Feature request: Multi-gpu conversion #349

Closed richardburleigh closed 6 months ago

richardburleigh commented 7 months ago

Firstly, thank you for all your amazing work!

For those of us with multiple smaller VRAM cards (eg. 2x 3080s), conversion often gets OOM.

Multi-gpu support for conversion would be amazing in solving this.

turboderp commented 7 months ago

It's tough since some of the operations really do just require a large amount of VRAM. I'm not sure where anything could be subdivided any further, and the script already swaps data to system RAM whenever it can.

bani6809 commented 7 months ago

could the conversion be parallelized into a layer per gpu?

i have five 3090s, epyc 7402p, and 256gb of cpu ram.

turboderp commented 7 months ago

Sadly no, the layers have to be processed in order, and a lot of the time is spent just swapping data to system RAM since the calibration state is so large.

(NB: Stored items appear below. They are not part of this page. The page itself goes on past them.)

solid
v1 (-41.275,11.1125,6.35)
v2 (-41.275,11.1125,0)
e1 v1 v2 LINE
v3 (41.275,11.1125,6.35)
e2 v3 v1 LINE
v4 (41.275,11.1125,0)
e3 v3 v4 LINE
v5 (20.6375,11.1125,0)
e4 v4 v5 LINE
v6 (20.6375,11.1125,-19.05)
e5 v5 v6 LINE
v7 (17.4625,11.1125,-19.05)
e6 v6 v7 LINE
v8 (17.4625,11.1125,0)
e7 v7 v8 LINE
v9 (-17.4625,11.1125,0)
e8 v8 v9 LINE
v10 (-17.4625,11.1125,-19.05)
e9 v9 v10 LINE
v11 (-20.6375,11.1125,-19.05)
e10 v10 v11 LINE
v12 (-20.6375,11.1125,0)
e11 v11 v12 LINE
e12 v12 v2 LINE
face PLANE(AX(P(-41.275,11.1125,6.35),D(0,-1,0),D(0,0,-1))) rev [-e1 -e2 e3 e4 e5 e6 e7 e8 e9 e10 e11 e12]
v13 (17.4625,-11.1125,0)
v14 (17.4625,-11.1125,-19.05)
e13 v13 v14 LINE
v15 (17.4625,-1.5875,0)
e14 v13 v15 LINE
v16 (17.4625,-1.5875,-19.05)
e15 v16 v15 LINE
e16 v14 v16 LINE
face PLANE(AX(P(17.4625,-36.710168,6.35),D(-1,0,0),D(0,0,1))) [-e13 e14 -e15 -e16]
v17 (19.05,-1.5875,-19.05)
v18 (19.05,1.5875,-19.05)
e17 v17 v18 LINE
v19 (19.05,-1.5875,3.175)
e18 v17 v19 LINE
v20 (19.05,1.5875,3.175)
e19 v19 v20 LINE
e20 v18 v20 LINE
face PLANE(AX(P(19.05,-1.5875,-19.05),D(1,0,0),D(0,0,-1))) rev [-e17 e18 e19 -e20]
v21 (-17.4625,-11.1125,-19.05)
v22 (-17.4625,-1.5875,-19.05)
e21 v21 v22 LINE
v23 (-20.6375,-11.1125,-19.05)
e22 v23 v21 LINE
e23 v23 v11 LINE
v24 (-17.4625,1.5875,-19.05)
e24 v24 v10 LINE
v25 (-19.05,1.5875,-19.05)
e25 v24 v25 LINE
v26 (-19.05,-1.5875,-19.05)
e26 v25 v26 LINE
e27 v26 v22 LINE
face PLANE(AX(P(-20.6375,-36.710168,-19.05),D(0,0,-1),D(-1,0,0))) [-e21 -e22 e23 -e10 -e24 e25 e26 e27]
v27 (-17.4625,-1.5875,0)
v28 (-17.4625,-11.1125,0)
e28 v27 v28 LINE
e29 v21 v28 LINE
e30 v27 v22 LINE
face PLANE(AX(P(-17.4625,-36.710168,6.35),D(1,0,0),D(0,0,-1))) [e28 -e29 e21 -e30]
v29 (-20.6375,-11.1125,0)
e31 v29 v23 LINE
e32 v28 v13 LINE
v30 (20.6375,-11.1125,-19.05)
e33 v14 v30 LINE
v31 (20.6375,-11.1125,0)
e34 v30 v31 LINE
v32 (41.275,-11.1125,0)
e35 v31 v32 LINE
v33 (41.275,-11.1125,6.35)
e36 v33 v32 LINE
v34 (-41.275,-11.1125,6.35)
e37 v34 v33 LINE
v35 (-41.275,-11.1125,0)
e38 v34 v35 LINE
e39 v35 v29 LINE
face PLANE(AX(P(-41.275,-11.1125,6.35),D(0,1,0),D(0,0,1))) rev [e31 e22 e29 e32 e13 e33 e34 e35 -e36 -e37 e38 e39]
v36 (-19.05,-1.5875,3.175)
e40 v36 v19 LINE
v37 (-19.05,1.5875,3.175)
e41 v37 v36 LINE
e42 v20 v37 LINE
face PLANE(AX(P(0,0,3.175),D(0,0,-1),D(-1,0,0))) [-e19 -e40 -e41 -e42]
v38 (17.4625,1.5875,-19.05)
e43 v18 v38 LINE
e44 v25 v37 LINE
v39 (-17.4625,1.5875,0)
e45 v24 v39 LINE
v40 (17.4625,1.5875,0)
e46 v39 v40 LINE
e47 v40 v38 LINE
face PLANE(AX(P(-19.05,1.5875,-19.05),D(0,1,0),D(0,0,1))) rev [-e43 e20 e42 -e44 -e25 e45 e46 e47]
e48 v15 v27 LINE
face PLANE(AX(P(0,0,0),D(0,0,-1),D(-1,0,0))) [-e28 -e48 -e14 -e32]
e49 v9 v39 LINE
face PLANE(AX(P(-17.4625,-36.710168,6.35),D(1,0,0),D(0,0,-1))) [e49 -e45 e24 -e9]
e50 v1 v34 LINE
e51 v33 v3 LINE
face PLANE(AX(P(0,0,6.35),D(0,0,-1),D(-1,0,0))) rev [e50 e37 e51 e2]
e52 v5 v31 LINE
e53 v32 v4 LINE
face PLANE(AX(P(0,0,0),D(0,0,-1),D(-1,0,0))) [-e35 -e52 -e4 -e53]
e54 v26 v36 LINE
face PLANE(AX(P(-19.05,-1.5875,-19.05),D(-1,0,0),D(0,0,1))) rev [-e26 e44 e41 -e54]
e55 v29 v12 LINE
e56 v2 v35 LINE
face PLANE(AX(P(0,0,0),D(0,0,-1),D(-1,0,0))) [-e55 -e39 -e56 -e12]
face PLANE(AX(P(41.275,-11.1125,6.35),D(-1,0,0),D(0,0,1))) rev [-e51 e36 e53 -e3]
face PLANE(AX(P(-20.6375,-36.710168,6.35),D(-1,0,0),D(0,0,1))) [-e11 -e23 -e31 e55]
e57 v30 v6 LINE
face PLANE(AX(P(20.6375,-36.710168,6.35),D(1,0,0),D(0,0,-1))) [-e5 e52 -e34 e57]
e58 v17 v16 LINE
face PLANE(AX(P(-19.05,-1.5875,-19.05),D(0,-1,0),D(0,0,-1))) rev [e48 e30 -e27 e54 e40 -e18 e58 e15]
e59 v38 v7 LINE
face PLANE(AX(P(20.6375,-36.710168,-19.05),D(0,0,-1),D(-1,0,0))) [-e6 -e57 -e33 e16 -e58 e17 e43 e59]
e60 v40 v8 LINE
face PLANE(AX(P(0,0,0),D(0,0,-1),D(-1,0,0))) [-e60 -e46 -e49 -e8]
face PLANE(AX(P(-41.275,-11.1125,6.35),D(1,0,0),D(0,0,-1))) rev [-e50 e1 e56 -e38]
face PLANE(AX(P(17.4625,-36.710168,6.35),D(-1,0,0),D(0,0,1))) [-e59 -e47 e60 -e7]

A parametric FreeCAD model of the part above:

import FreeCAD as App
import Part
import Sketcher
from FreeCAD import Vector
Q = App.Units.Quantity

doc = App.newDocument("Part")
body = doc.addObject("PartDesign::Body", "Body")

sketch1 = doc.addObject("Sketcher::SketchObject", "Sketch")
body.addObject(sketch1)
sketch1.AttachmentSupport = (doc.XY_Plane, [""])
sketch1.MapMode = "FlatFace"
sketch1.addGeometry(Part.LineSegment(Vector(-41, 11, 0), Vector(-41, -11, 0)), False)
sketch1.addGeometry(Part.LineSegment(Vector(-41, -11, 0), Vector(41, -11, 0)), False)
sketch1.addGeometry(Part.LineSegment(Vector(41, -11, 0), Vector(41, 11, 0)), False)
sketch1.addGeometry(Part.LineSegment(Vector(41, 11, 0), Vector(-41, 11, 0)), False)
sketch1.addConstraint(Sketcher.Constraint("Coincident", 0, 2, 1, 1))
sketch1.addConstraint(Sketcher.Constraint("Coincident", 1, 2, 2, 1))
sketch1.addConstraint(Sketcher.Constraint("Coincident", 2, 2, 3, 1))
sketch1.addConstraint(Sketcher.Constraint("Coincident", 3, 2, 0, 1))
sketch1.addConstraint(Sketcher.Constraint("Vertical", 0))
sketch1.addConstraint(Sketcher.Constraint("Horizontal", 1))
sketch1.addConstraint(Sketcher.Constraint("Vertical", 2))
sketch1.addConstraint(Sketcher.Constraint("Horizontal", 3))
sketch1.addConstraint(Sketcher.Constraint("Symmetric", 0, 2, 2, 2, -1, 1))
sketch1.addConstraint(Sketcher.Constraint("DistanceX", 1, 1, 1, 2, Q("3.25 in")))
sketch1.addConstraint(Sketcher.Constraint("DistanceY", 0, 2, 0, 1, Q("0.875 in")))
pad1 = doc.addObject("PartDesign::Pad", "Pad")
body.addObject(pad1)
pad1.Profile = sketch1
pad1.Length = Q("0.25 in")

sketch2 = doc.addObject("Sketcher::SketchObject", "Sketch001")
body.addObject(sketch2)
sketch2.AttachmentSupport = (doc.XZ_Plane, [""])
sketch2.MapMode = "FlatFace"
sketch2.AttachmentOffset = App.Placement(Vector(0, 0, -0.4375 * 25.4), App.Rotation())
sketch2.addGeometry(Part.LineSegment(Vector(-20.6, -19.1, 0), Vector(-20.6, 6.3, 0)), False)
sketch2.addGeometry(Part.LineSegment(Vector(-20.6, 6.3, 0), Vector(-17.5, 6.3, 0)), False)
sketch2.addGeometry(Part.LineSegment(Vector(-17.5, 6.3, 0), Vector(-17.5, -19.1, 0)), False)
sketch2.addGeometry(Part.LineSegment(Vector(-17.5, -19.1, 0), Vector(-20.6, -19.1, 0)), False)
sketch2.addGeometry(Part.LineSegment(Vector(17.5, -19.1, 0), Vector(17.5, 6.3, 0)), False)
sketch2.addGeometry(Part.LineSegment(Vector(17.5, 6.3, 0), Vector(20.6, 6.3, 0)), False)
sketch2.addGeometry(Part.LineSegment(Vector(20.6, 6.3, 0), Vector(20.6, -19.1, 0)), False)
sketch2.addGeometry(Part.LineSegment(Vector(20.6, -19.1, 0), Vector(17.5, -19.1, 0)), False)
sketch2.addConstraint(Sketcher.Constraint("Coincident", 0, 2, 1, 1))
sketch2.addConstraint(Sketcher.Constraint("Coincident", 1, 2, 2, 1))
sketch2.addConstraint(Sketcher.Constraint("Coincident", 2, 2, 3, 1))
sketch2.addConstraint(Sketcher.Constraint("Coincident", 3, 2, 0, 1))
sketch2.addConstraint(Sketcher.Constraint("Coincident", 4, 2, 5, 1))
sketch2.addConstraint(Sketcher.Constraint("Coincident", 5, 2, 6, 1))
sketch2.addConstraint(Sketcher.Constraint("Coincident", 6, 2, 7, 1))
sketch2.addConstraint(Sketcher.Constraint("Coincident", 7, 2, 4, 1))
sketch2.addConstraint(Sketcher.Constraint("Vertical", 0))
sketch2.addConstraint(Sketcher.Constraint("Horizontal", 1))
sketch2.addConstraint(Sketcher.Constraint("Vertical", 2))
sketch2.addConstraint(Sketcher.Constraint("Horizontal", 3))
sketch2.addConstraint(Sketcher.Constraint("Vertical", 4))
sketch2.addConstraint(Sketcher.Constraint("Horizontal", 5))
sketch2.addConstraint(Sketcher.Constraint("Vertical", 6))
sketch2.addConstraint(Sketcher.Constraint("Horizontal", 7))
sketch2.addConstraint(Sketcher.Constraint("Symmetric", 1, 2, 4, 2, -2))
sketch2.addConstraint(Sketcher.Constraint("Symmetric", 3, 2, 6, 2, -2))
sketch2.addConstraint(Sketcher.Constraint("DistanceY", 0, 1, 0, 2, Q("1 in")))
sketch2.addConstraint(Sketcher.Constraint("DistanceX", 0, 2, 4, 2, Q("1.5 in")))
sketch2.addConstraint(Sketcher.Constraint("DistanceX", 1, 1, 1, 2, Q("0.125 in")))
sketch2.addConstraint(Sketcher.Constraint("DistanceY", -1, 1, 0, 2, Q("0.25 in")))
pad2 = doc.addObject("PartDesign::Pad", "Pad001")
body.addObject(pad2)
pad2.Profile = sketch2
pad2.Length = Q("0.875 in")

sketch3 = doc.addObject("Sketcher::SketchObject", "Sketch002")
body.addObject(sketch3)
sketch3.AttachmentSupport = (doc.XY_Plane, [""])
sketch3.MapMode = "FlatFace"
sketch3.AttachmentOffset = App.Placement(Vector(0, 0, 0.125 * 25.4), App.Rotation())
sketch3.addGeometry(Part.LineSegment(Vector(-19.1, 1.6, 0), Vector(-19.1, -1.6, 0)), False)
sketch3.addGeometry(Part.LineSegment(Vector(-19.1, -1.6, 0), Vector(19.1, -1.6, 0)), False)
sketch3.addGeometry(Part.LineSegment(Vector(19.1, -1.6, 0), Vector(19.1, 1.6, 0)), False)
sketch3.addGeometry(Part.LineSegment(Vector(19.1, 1.6, 0), Vector(-19.1, 1.6, 0)), False)
sketch3.addConstraint(Sketcher.Constraint("Coincident", 0, 2, 1, 1))
sketch3.addConstraint(Sketcher.Constraint("Coincident", 1, 2, 2, 1))
sketch3.addConstraint(Sketcher.Constraint("Coincident", 2, 2, 3, 1))
sketch3.addConstraint(Sketcher.Constraint("Coincident", 3, 2, 0, 1))
sketch3.addConstraint(Sketcher.Constraint("Vertical", 0))
sketch3.addConstraint(Sketcher.Constraint("Horizontal", 1))
sketch3.addConstraint(Sketcher.Constraint("Vertical", 2))
sketch3.addConstraint(Sketcher.Constraint("Horizontal", 3))
sketch3.addConstraint(Sketcher.Constraint("Symmetric", 0, 2, 2, 2, -1, 1))
sketch3.addConstraint(Sketcher.Constraint("DistanceX", 1, 1, 1, 2, Q("1.5 in")))
sketch3.addConstraint(Sketcher.Constraint("DistanceY", 0, 2, 0, 1, Q("0.125 in")))
pocket1 = doc.addObject("PartDesign::Pocket", "Pocket")
body.addObject(pocket1)
pocket1.Profile = sketch3
pocket1.Type = "ThroughAll"

doc.recompute()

I've done some experiments trying to split up the process across multiple GPUs but there's only so much splitting you can do due to the nature of the algorithm, and even where you can split (e.g. assigning the Q, K and V matrices to separate GPUs since they are parallel in the model) it's hard to overcome the overhead of moving data between devices. Especially with how weak sauce multithreading is in Python.

bani6809 commented 7 months ago

how about being able to convert multiple models at once? e.g. tell one instance of convert.py to only use gpu 0, and another instance of convert.py to only use gpu 1?

turboderp commented 7 months ago

You can always do CUDA_VISIBLE_DEVICES=0 python convert.py ... and then CUDA_VISIBLE_DEVICES=1 python convert.py ... in another shell, and so on. That works fine.

sophosympatheia commented 7 months ago

You can always do CUDA_VISIBLE_DEVICES=0 python convert.py ... and then CUDA_VISIBLE_DEVICES=1 python convert.py ... in another shell, and so on. That works fine.

This is what I do and it works great. Thanks for all your work on this project, @turboderp!